Match exact closest string with regex

时间:2016-04-25 09:01:41

标签: c# regex

I have a string:

Test.
<div>
<table style="color:blue;"><tbody><!--START SPACE COMMENTS SUMMARY-->
<tr><td colspan="2">SPACE COMMENTS SUMMARY</td></tr>
<tr><td style="min-width:200px;">Area/Room</td>
<td style="max-width:300px;text-align:left;">Comments</td>
</tr><tr><td style="min-width:200px;">Bathroom</td>
<td style="max-width:300px;text-align:left;">Some comment</td></tr>
<!--END SPACE COMMENTS SUMMARY--></tbody></table>
<div>
<table style="color:blue;"><tbody><!--START SPACE SUMMARY-->
<tr><td colspan="2">SPACE SUMMARY</td></tr><tr>
<td style="min-width:200px;">Space</td>
<td style="max-width:300px;text-align:right;">Installed Price</td></tr>
<tr><td style="min-width:200px;">Bathroom</td>
<td style="max-width:300px;text-align:right;">$2,355.97</td></tr>
<!--END SPACE SUMMARY--></tbody></table>
<br><br><br><div>Some text.</div></div></div>

I want to select with regex a table that has comments <!--START SPACE SUMMARY> and <!--END SPACE SUMMARY-->.

I tried with @"<table.*?><tbody.*?><!--START SPACE SUMMARY>.*?<!--END SPACE SUMMARY--></tbody></table>", but it selects both tables in the string.

EDIT: My question doesn't have to do precisely with HTML. The same question will stand if I had a string:

some text blah blah one some text blah blah two.

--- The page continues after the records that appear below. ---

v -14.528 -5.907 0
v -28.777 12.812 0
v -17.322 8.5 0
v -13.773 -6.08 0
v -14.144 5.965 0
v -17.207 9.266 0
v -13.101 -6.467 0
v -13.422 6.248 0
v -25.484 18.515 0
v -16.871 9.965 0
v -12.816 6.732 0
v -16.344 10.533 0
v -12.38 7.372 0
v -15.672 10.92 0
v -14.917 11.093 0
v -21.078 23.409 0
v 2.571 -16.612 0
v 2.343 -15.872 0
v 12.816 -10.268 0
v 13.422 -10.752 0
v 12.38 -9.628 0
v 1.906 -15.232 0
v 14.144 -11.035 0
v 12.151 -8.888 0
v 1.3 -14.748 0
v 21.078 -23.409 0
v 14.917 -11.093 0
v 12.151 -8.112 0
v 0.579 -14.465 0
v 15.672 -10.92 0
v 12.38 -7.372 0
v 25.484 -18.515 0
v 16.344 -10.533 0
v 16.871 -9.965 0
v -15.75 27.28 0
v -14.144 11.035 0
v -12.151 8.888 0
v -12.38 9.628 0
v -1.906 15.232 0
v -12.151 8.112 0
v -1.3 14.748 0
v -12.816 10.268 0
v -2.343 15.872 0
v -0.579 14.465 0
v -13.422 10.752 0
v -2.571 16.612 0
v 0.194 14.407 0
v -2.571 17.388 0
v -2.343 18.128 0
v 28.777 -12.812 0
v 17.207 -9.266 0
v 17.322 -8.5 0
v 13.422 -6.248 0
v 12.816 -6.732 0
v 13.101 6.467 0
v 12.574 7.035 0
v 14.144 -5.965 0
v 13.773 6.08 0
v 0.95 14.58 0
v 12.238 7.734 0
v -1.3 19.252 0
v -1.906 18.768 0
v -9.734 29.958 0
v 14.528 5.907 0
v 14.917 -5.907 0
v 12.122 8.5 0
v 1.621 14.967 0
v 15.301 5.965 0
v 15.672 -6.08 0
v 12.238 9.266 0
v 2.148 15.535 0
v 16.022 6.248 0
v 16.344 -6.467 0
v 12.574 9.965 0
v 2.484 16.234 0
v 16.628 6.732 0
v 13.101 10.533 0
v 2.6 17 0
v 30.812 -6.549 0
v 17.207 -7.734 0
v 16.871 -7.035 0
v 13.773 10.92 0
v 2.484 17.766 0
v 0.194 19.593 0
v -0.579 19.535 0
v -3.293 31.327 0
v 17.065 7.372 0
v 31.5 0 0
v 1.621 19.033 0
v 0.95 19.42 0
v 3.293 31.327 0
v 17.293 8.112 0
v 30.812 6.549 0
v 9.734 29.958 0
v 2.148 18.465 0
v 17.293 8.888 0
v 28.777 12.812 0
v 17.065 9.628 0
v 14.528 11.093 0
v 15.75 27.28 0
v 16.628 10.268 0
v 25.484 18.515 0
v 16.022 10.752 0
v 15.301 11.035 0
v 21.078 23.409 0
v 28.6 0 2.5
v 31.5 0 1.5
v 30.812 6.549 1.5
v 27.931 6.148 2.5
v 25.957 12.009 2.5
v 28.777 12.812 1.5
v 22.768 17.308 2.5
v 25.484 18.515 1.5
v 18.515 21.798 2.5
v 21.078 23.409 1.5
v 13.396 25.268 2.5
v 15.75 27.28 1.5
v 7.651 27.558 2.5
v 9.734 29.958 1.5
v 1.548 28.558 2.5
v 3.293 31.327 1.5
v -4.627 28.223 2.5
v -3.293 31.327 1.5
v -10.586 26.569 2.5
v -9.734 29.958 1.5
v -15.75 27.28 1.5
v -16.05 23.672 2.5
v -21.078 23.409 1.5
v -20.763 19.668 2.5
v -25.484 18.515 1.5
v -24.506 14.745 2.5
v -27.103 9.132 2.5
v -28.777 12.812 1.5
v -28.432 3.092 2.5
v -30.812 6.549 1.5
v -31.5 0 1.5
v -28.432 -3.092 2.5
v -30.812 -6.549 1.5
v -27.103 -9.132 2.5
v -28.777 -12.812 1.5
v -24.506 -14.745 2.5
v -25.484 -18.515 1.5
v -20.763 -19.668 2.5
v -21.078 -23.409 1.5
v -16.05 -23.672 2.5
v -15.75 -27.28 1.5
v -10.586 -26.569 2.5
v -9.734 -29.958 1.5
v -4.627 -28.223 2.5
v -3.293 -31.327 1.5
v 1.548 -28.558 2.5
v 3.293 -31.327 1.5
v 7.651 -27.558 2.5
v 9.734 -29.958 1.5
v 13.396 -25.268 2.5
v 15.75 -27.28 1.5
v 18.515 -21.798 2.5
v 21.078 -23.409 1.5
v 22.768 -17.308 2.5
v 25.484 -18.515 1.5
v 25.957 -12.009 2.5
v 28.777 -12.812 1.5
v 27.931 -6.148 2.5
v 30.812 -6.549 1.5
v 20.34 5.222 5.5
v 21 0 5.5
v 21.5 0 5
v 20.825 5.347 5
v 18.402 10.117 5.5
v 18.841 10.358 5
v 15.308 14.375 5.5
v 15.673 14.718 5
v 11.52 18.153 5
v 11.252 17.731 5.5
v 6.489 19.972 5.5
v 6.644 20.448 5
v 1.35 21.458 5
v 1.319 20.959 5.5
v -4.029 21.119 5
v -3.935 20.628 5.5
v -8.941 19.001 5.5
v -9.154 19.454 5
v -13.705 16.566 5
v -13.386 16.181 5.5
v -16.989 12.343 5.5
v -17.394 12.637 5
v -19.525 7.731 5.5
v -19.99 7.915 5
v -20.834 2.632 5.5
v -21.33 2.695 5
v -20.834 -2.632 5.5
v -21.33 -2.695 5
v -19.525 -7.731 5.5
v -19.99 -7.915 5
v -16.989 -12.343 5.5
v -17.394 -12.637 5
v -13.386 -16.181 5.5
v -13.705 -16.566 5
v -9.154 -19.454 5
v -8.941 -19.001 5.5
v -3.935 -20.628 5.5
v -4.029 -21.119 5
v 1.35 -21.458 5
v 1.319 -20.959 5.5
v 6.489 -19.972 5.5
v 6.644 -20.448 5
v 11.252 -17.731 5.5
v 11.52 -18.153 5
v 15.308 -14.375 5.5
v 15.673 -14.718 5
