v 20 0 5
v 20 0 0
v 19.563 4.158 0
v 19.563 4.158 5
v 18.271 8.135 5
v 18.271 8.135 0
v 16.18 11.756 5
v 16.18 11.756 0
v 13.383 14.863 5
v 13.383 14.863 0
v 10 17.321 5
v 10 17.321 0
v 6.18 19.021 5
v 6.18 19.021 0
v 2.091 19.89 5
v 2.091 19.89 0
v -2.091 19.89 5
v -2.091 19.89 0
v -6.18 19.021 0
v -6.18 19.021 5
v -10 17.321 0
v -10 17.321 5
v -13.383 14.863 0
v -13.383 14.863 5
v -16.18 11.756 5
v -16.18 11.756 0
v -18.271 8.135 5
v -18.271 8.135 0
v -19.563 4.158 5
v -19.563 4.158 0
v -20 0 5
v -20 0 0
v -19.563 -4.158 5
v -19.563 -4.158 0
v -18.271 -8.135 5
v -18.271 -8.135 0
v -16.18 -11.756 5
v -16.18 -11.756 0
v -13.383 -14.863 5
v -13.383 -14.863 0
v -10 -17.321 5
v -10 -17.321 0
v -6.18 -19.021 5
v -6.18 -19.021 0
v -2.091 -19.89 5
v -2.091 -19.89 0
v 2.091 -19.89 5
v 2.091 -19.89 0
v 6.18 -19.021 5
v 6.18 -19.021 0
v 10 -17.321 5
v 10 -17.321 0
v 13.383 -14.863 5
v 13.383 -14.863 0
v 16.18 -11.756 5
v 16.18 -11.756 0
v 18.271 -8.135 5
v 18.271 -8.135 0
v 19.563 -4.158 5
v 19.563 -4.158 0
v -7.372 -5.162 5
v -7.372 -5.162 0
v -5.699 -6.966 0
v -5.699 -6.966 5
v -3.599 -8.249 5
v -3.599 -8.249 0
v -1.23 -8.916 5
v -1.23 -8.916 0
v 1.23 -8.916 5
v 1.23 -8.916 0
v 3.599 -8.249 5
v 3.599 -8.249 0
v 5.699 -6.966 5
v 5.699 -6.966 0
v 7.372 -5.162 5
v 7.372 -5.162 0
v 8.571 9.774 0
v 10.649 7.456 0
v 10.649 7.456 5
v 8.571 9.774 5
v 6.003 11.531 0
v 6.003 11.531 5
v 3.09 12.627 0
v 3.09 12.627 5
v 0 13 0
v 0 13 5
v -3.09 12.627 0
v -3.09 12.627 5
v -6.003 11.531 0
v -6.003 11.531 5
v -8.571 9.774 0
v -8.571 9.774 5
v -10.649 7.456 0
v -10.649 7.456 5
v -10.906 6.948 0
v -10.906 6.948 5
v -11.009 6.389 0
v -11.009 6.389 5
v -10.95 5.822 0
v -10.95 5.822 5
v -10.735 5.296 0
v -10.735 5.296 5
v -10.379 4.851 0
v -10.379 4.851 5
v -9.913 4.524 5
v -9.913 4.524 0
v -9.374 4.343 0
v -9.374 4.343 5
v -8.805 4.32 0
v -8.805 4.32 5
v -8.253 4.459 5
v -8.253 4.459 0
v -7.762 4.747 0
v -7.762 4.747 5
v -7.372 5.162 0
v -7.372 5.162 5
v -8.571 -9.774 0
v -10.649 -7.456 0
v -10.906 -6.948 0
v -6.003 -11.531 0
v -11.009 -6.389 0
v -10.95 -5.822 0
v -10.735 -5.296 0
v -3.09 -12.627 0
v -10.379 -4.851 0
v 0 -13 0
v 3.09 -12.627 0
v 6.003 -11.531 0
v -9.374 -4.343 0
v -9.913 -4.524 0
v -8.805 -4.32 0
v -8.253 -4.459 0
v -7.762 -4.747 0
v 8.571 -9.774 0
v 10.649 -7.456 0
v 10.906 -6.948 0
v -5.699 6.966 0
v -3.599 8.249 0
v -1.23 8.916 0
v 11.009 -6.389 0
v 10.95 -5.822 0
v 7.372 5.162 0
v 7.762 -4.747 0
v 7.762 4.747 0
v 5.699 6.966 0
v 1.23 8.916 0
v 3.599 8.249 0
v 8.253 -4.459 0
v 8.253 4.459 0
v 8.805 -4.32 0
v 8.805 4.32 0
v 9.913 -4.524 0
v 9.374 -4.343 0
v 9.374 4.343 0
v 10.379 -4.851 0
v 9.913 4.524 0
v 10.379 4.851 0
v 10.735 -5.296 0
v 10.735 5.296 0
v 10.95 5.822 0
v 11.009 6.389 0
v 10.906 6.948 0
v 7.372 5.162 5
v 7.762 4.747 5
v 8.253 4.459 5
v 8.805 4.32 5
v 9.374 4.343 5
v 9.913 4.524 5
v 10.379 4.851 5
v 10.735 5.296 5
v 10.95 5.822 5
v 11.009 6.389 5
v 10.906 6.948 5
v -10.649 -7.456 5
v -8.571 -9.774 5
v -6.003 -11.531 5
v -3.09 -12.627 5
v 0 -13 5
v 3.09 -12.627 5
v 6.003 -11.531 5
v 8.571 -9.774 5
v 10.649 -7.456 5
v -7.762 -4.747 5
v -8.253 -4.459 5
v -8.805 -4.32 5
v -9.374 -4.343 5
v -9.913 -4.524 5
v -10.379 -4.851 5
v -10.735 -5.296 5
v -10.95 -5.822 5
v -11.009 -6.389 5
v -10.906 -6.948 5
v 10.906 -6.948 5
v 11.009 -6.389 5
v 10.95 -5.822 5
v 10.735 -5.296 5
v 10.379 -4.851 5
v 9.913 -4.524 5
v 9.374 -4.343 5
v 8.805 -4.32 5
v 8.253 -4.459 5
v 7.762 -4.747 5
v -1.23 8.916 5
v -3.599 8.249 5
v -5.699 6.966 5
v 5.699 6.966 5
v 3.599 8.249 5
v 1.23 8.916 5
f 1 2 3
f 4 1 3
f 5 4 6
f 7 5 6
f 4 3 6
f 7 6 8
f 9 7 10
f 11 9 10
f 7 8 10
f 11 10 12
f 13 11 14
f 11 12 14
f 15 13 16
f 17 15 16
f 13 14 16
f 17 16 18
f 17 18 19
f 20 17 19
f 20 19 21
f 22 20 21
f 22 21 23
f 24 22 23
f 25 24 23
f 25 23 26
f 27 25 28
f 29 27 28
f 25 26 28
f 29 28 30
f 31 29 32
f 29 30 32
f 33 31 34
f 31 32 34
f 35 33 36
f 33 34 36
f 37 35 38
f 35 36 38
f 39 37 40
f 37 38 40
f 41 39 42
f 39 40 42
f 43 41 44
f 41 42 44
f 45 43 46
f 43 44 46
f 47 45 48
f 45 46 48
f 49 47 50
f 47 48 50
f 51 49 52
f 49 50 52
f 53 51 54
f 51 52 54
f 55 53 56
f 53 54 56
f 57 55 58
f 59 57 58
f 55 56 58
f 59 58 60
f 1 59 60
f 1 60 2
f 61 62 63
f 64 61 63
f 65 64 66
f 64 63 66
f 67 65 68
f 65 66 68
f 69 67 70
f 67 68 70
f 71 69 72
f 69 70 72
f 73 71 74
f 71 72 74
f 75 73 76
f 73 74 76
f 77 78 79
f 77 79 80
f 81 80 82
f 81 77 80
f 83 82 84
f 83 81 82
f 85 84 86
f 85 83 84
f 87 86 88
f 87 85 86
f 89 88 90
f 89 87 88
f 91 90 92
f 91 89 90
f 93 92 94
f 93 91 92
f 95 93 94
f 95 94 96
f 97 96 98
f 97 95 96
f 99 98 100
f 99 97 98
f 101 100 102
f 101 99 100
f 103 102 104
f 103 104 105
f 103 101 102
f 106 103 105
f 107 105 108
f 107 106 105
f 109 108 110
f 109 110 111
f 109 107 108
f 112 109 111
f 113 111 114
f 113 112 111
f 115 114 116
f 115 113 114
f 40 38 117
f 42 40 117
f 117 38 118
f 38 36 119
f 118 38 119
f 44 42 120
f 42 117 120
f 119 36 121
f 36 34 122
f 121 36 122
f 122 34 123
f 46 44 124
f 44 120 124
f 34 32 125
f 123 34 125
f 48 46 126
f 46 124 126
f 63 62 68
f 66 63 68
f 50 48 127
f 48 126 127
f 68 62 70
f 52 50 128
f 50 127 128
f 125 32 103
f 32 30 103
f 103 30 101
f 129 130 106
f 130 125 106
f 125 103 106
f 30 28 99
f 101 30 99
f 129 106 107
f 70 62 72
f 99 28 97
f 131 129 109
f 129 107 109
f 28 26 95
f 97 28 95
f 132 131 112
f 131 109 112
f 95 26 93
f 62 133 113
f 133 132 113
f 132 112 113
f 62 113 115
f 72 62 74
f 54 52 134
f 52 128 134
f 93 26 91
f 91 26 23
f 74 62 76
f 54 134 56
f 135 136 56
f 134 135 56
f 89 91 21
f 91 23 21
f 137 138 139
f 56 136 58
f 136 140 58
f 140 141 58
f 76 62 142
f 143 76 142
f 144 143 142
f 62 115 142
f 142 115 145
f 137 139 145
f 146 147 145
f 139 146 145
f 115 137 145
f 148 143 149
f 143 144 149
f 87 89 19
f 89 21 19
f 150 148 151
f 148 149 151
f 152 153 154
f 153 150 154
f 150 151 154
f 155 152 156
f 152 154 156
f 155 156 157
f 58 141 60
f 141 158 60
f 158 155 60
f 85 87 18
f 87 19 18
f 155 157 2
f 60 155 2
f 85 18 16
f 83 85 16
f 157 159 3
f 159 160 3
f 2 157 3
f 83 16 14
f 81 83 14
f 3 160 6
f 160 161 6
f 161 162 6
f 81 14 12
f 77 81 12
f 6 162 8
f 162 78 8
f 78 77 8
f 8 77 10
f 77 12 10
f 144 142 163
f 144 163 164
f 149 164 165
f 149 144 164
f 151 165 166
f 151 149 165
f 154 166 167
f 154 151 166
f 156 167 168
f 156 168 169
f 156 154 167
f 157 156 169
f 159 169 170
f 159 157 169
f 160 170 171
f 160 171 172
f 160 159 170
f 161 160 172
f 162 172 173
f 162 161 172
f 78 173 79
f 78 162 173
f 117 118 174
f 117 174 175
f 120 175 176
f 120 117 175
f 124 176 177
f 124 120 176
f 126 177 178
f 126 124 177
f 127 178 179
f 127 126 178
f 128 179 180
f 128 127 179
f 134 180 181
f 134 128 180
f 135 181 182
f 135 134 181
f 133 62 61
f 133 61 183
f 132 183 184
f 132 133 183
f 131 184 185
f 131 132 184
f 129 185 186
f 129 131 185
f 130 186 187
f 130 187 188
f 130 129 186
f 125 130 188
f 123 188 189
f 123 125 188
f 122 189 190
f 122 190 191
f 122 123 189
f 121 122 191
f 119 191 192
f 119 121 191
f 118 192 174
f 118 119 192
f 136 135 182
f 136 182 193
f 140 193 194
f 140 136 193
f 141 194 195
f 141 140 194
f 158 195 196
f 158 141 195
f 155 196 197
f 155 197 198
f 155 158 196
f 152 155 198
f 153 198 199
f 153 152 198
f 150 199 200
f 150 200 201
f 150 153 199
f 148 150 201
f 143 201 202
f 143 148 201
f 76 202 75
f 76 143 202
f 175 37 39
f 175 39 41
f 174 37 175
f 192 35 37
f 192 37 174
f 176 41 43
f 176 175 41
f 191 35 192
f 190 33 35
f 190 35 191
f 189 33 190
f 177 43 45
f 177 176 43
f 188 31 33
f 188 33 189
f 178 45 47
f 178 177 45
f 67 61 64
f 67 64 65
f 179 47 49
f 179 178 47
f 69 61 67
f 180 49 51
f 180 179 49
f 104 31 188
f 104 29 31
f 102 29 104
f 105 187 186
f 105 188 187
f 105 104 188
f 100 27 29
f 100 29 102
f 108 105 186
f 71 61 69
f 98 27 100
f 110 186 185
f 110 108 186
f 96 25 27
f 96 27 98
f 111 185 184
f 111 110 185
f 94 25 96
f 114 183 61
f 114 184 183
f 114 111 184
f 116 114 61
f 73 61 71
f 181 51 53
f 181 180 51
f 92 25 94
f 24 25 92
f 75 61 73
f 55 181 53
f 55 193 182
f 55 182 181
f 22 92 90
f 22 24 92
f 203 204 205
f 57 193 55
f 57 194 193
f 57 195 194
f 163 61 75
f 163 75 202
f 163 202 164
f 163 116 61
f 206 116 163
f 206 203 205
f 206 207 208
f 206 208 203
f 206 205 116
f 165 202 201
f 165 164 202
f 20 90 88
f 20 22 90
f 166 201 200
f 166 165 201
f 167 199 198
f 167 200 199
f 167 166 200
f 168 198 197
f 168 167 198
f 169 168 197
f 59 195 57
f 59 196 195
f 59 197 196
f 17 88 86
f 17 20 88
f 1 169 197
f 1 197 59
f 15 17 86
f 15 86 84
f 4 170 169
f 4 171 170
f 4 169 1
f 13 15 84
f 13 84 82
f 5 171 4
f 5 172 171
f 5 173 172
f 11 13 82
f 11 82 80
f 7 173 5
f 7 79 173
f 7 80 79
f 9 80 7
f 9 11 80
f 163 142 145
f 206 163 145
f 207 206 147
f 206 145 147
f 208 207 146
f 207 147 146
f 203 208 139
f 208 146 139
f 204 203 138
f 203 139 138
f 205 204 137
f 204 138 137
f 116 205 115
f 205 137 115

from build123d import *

# Parameters (mm, degrees)
SKETCH_R      = 20
EXTRUDE_DEPTH = 5


with BuildPart() as part:
    # Sketch → Extrude (new body)
    with BuildSketch(Plane.XY):
        Circle(SKETCH_R)
        with BuildLine():
            ThreePointArc((7.372368, 5.162188), (0, 9), (-7.372368, 5.162188))
            ThreePointArc((-10.648977, 7.456494), (-10.157825, 4.671037), (-7.372368, 5.162188))
            ThreePointArc((10.648977, 7.456494), (0, 13), (-10.648977, 7.456494))
            ThreePointArc((7.372368, 5.162188), (10.157825, 4.671037), (10.648977, 7.456494))
        make_face(mode=Mode.SUBTRACT)
        with BuildLine():
            ThreePointArc((-7.372368, -5.162188), (0, -9), (7.372368, -5.162188))
            ThreePointArc((10.648977, -7.456494), (10.157825, -4.671037), (7.372368, -5.162188))
            ThreePointArc((-10.648977, -7.456494), (0, -13), (10.648977, -7.456494))
            ThreePointArc((-7.372368, -5.162188), (-10.157825, -4.671037), (-10.648977, -7.456494))
        make_face(mode=Mode.SUBTRACT)
    extrude(amount=EXTRUDE_DEPTH)


solid = part.part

And I want to select some text blah blah two with a pattern some text.*?two.

3 个答案:

答案 0 :(得分:1)

string test = @"Test.
    <div>
    <table style=""color:blue;""><tbody><!--START SPACE COMMENTS SUMMARY-->
    <tr><td colspan=""2"">SPACE COMMENTS SUMMARY</td></tr>
    <tr><td style=""min-width:200px;"">Area/Room</td>
    <td style=""max-width:300px;text-align:left;"">Comments</td>
    </tr><tr><td style=""min-width:200px;"">Bathroom</td>
    <td style=""max-width:300px;text-align:left;"">Some comment</td></tr>
    <!--END SPACE COMMENTS SUMMARY--></tbody></table>
    <div>
    <table style=""color:blue;""><tbody><!--START SPACE SUMMARY-->
    <tr><td colspan=""2"">SPACE SUMMARY</td></tr><tr>
    <td style=""min-width:200px;"">Space</td>
    <td style=""max-width:300px;text-align:right;"">Installed Price</td></tr>
    <tr><td style=""min-width:200px;"">Bathroom</td>
    <td style=""max-width:300px;text-align:right;"">$2,355.97</td></tr>
    <!--END SPACE SUMMARY--></tbody></table>
    <br><br><br><div>Some text.</div></div></div>";

MatchCollection matches = Regex.Matches(test, @"<table(?!.*<table).*?<!--START SPACE SUMMARY-->.*?<!--END SPACE SUMMARY-->.*?table>", RegexOptions.Singleline);

The idea is to use (?!.*<table) to tell Regex engine the the text within should not contain another table anchor.

答案 1 :(得分:1)

让我们关注您遇到的非HTML问题:匹配两个分隔符之间的最近窗口。使用tempered greedy token

(?s)some text(?:(?!some text|two).)*two
    |<-1st->||<----TG Token ------>||
                                    |2nd delimiter

请参阅regex demo

对于HTML解析,使用HtmlAgilityPack,这将使每个维护代码的人的生活更轻松。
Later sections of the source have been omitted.